══ INPUT DATA

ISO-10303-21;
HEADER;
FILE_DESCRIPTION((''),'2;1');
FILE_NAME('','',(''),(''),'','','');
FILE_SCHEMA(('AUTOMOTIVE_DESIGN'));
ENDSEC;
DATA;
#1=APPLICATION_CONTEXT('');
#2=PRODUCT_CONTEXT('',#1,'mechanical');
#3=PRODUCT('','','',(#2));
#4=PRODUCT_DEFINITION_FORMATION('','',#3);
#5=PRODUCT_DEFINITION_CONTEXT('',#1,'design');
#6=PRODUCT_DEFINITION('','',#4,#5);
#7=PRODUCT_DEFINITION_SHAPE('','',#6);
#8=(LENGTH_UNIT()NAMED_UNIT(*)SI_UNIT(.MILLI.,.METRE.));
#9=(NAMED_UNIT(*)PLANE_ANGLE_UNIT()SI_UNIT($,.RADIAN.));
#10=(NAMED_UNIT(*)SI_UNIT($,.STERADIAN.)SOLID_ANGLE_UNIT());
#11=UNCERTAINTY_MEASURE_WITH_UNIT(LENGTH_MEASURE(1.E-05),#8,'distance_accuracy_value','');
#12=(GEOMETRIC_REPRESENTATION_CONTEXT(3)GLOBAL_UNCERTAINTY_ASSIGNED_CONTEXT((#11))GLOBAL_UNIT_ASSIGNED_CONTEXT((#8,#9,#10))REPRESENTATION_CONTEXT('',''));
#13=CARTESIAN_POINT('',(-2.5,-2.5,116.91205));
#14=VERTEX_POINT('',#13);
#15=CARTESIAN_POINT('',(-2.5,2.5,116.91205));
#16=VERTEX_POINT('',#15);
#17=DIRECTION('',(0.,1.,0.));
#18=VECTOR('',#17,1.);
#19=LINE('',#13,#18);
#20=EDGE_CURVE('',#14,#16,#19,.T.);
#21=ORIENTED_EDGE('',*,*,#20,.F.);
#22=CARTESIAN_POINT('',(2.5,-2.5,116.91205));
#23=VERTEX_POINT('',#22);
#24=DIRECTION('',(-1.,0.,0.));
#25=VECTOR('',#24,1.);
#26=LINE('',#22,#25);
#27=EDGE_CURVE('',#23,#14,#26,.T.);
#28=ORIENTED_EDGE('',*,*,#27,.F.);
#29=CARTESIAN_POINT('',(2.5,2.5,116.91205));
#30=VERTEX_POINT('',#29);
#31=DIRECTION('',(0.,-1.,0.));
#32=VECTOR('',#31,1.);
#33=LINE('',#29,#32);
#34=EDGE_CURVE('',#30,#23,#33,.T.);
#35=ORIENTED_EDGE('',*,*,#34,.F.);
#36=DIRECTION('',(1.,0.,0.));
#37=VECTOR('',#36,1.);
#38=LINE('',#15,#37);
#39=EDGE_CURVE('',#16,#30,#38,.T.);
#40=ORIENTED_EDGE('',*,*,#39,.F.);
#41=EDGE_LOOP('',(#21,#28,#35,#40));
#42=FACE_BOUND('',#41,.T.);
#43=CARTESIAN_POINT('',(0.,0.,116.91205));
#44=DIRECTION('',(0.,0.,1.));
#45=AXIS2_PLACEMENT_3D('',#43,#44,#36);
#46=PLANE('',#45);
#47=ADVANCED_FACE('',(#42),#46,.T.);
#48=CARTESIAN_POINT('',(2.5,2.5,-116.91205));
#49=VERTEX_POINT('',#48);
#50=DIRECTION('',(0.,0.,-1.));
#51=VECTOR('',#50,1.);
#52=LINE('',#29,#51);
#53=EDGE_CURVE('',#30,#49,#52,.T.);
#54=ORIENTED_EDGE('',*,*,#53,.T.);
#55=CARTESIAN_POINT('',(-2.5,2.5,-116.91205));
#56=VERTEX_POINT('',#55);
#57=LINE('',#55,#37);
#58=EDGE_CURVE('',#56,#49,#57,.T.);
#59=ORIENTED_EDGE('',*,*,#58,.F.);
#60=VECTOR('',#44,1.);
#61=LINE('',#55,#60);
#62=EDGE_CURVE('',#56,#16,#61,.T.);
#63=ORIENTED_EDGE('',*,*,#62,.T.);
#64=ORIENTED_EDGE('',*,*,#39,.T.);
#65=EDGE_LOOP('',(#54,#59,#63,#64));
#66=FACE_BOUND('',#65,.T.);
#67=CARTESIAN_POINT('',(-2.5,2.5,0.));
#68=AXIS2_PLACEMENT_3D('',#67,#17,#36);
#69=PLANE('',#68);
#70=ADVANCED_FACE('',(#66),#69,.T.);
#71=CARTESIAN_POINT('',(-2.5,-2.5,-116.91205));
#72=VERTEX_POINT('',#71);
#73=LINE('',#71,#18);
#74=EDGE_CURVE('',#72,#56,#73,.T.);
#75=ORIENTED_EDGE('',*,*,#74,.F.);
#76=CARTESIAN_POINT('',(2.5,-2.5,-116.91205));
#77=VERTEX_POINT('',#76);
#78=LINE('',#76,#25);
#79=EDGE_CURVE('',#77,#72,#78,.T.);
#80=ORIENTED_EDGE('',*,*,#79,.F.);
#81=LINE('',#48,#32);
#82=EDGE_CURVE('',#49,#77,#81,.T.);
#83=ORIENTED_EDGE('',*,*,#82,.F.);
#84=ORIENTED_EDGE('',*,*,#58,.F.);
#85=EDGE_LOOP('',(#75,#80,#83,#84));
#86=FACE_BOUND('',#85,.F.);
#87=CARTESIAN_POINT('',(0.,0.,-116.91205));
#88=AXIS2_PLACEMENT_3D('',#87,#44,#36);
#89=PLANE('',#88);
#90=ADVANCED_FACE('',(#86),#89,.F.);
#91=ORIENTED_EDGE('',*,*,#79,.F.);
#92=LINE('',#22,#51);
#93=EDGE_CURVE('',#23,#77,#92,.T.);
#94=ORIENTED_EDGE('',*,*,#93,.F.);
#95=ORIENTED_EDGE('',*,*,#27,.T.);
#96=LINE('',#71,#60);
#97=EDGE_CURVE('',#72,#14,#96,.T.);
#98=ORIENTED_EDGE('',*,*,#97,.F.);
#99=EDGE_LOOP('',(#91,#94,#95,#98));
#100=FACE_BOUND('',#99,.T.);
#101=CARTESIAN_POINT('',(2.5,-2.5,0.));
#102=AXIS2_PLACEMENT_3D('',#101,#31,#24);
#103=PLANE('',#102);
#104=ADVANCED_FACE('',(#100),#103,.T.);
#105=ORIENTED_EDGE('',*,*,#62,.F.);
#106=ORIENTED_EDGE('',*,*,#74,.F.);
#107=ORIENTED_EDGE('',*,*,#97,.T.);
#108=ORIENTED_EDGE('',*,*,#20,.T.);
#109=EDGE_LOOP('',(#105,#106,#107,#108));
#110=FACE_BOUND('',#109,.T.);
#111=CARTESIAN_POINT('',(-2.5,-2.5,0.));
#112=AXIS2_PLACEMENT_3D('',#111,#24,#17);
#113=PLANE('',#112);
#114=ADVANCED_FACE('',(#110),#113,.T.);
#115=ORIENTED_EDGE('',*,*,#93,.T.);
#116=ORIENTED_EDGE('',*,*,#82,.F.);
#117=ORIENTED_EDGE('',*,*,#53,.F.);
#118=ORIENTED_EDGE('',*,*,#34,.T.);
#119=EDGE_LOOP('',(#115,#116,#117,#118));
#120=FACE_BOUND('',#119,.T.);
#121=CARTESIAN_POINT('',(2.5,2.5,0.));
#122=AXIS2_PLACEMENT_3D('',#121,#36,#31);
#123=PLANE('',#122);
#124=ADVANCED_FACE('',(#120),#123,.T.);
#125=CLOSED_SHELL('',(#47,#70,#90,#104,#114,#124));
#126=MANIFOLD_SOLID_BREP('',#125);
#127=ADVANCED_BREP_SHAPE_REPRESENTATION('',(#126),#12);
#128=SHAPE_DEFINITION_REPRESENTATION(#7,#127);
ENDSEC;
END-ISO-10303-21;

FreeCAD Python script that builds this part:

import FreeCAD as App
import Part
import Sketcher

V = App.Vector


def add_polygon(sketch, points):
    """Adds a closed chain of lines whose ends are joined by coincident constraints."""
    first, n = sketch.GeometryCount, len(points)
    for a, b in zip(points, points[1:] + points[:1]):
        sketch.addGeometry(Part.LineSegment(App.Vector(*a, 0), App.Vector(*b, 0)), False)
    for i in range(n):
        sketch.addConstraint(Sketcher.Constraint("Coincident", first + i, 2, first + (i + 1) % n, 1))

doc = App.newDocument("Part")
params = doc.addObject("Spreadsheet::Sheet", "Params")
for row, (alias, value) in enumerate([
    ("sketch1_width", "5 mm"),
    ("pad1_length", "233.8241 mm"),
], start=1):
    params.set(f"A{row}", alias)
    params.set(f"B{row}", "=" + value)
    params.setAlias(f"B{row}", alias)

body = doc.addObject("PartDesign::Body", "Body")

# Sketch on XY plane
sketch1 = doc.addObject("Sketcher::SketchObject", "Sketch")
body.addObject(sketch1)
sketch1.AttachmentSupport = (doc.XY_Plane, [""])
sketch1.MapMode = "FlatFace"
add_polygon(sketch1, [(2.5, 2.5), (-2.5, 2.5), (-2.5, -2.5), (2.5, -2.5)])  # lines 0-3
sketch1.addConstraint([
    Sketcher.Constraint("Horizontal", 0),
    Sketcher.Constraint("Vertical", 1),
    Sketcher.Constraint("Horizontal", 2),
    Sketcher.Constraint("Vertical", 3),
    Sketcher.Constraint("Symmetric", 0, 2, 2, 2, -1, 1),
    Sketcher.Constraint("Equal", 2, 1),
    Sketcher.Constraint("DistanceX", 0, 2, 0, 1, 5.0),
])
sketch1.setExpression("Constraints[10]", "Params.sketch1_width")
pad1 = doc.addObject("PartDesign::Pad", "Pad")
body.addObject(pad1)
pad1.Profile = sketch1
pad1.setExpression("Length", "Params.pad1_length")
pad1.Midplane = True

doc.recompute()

════
══ INPUT DATA

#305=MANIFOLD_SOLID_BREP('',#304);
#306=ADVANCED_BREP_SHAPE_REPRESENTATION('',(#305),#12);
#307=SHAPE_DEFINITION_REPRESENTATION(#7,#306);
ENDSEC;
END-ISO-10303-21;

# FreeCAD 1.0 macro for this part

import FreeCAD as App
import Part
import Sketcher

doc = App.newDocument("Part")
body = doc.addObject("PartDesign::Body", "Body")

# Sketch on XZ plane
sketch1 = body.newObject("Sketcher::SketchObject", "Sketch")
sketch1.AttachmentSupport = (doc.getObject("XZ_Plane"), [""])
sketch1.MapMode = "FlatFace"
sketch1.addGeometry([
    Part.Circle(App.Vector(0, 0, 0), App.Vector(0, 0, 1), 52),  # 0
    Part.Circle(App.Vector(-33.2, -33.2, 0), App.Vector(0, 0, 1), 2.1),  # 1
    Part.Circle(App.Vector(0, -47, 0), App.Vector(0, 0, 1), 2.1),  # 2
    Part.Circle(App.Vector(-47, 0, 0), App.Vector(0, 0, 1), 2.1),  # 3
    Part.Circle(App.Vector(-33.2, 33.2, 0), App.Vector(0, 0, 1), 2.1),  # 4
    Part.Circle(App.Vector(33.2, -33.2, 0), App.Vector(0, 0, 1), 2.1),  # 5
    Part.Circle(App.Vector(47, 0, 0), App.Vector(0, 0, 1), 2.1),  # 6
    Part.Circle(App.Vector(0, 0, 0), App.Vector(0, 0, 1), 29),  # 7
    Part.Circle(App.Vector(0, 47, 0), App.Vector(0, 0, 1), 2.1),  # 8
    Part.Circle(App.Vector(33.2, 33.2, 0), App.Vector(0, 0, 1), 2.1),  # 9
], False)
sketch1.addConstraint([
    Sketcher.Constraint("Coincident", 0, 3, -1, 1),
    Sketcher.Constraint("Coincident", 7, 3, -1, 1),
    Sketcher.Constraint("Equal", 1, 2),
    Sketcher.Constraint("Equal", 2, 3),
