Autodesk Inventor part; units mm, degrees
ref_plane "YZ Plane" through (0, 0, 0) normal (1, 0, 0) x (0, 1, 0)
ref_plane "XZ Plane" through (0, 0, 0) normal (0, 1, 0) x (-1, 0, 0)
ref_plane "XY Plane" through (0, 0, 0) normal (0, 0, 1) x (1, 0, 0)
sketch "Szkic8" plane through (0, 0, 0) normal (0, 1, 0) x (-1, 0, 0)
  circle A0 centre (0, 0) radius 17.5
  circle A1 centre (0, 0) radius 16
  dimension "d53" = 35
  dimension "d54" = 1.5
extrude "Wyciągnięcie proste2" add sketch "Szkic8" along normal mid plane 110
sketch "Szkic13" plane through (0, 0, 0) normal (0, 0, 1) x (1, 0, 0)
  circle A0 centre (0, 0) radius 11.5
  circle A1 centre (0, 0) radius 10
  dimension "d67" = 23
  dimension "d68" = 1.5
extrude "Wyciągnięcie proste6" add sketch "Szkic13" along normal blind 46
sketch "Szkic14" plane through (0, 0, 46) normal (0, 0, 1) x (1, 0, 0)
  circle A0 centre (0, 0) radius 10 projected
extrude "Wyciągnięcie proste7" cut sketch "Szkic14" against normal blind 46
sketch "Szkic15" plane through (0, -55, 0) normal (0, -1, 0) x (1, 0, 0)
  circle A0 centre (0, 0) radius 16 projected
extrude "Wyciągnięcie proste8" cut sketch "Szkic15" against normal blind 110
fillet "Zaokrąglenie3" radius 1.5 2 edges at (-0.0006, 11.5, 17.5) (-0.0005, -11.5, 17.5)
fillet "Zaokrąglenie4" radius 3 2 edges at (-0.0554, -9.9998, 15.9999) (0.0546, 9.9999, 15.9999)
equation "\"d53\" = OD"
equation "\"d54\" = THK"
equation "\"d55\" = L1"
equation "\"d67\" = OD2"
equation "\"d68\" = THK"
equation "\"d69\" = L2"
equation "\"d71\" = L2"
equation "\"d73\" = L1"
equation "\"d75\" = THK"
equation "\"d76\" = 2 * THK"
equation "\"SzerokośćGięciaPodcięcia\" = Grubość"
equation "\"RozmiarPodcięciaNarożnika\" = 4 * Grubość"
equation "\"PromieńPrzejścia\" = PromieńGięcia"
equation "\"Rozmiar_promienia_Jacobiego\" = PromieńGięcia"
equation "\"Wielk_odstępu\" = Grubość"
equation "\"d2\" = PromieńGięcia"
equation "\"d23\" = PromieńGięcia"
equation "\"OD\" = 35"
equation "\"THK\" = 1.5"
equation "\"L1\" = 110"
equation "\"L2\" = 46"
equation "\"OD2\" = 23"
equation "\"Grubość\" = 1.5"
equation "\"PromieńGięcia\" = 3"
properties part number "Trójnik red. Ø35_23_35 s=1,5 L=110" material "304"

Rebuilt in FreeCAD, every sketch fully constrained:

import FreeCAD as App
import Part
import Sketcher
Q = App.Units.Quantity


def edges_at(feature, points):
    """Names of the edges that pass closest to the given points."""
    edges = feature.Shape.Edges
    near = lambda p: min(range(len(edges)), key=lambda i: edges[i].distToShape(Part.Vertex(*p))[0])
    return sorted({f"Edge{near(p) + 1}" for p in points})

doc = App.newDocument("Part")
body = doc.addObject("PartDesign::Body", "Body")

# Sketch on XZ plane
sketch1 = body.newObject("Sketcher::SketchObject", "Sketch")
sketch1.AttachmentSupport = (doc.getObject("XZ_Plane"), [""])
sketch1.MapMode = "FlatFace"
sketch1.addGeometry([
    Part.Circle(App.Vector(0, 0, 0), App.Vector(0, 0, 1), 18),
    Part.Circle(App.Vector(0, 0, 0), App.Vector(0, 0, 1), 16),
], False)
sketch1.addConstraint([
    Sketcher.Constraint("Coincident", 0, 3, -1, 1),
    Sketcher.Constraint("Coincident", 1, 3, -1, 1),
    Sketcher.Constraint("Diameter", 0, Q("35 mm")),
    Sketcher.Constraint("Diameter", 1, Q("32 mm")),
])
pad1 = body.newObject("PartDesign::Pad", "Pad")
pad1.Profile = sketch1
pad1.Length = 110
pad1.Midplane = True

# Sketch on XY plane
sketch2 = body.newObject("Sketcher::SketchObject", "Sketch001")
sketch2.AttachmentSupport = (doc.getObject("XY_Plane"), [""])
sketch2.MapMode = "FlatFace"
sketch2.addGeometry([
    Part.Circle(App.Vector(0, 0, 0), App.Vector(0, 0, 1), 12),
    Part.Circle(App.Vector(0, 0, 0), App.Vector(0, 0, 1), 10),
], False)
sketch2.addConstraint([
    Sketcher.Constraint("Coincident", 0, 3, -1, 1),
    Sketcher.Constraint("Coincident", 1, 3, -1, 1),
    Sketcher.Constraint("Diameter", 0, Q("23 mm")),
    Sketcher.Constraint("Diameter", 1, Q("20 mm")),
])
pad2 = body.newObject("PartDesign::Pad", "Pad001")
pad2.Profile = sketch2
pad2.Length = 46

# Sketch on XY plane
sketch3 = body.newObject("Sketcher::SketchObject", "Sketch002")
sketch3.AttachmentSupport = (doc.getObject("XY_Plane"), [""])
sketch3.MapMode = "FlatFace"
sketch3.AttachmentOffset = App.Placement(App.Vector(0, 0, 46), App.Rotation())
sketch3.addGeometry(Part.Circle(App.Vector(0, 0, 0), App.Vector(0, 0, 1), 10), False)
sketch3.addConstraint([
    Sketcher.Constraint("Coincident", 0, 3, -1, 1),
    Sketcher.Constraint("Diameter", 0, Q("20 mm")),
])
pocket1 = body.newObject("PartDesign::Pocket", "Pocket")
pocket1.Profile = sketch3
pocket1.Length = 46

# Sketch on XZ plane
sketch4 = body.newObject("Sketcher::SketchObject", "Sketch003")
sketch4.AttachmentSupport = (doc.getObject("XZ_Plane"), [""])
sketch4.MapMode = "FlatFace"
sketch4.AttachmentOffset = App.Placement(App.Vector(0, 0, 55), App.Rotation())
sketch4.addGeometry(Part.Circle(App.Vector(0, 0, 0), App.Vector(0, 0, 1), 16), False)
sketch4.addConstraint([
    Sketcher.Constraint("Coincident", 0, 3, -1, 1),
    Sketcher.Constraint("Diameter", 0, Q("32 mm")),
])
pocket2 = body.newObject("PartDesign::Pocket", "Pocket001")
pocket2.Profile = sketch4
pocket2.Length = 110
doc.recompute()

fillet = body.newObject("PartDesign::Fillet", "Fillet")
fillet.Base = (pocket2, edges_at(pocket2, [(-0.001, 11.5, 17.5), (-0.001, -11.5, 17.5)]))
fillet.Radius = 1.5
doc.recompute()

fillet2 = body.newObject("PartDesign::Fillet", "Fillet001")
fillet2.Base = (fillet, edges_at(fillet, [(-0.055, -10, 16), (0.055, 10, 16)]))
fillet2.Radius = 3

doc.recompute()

════

→ **ACTIVITY**
Return, word for word, the lines of the data above from the line with "#91=ORIENTED_EDGE('',*,*,#79,.F.);" through the line with "#127=ADVANCED_BREP_SHAPE_REPRESENTATION('',(#126),#12);", inclusive.

→ **TASK SOLUTION**
#91=ORIENTED_EDGE('',*,*,#79,.F.);
#92=LINE('',#22,#51);
#93=EDGE_CURVE('',#23,#77,#92,.T.);
#94=ORIENTED_EDGE('',*,*,#93,.F.);
#95=ORIENTED_EDGE('',*,*,#27,.T.);
#96=LINE('',#71,#60);
#97=EDGE_CURVE('',#72,#14,#96,.T.);
#98=ORIENTED_EDGE('',*,*,#97,.F.);
#99=EDGE_LOOP('',(#91,#94,#95,#98));
#100=FACE_BOUND('',#99,.T.);
#101=CARTESIAN_POINT('',(2.5,-2.5,0.));
#102=AXIS2_PLACEMENT_3D('',#101,#31,#24);
#103=PLANE('',#102);
#104=ADVANCED_FACE('',(#100),#103,.T.);
#105=ORIENTED_EDGE('',*,*,#62,.F.);
#106=ORIENTED_EDGE('',*,*,#74,.F.);
#107=ORIENTED_EDGE('',*,*,#97,.T.);
#108=ORIENTED_EDGE('',*,*,#20,.T.);
#109=EDGE_LOOP('',(#105,#106,#107,#108));
#110=FACE_BOUND('',#109,.T.);
#111=CARTESIAN_POINT('',(-2.5,-2.5,0.));
#112=AXIS2_PLACEMENT_3D('',#111,#24,#17);
#113=PLANE('',#112);
#114=ADVANCED_FACE('',(#110),#113,.T.);
#115=ORIENTED_EDGE('',*,*,#93,.T.);
#116=ORIENTED_EDGE('',*,*,#82,.F.);
#117=ORIENTED_EDGE('',*,*,#53,.F.);
#118=ORIENTED_EDGE('',*,*,#34,.T.);
#119=EDGE_LOOP('',(#115,#116,#117,#118));
#120=FACE_BOUND('',#119,.T.);
#121=CARTESIAN_POINT('',(2.5,2.5,0.));
#122=AXIS2_PLACEMENT_3D('',#121,#36,#31);
#123=PLANE('',#122);
#124=ADVANCED_FACE('',(#120),#123,.T.);
#125=CLOSED_SHELL('',(#47,#70,#90,#104,#114,#124));
#126=MANIFOLD_SOLID_BREP('',#125);
#127=ADVANCED_BREP_SHAPE_REPRESENTATION('',(#126),#12);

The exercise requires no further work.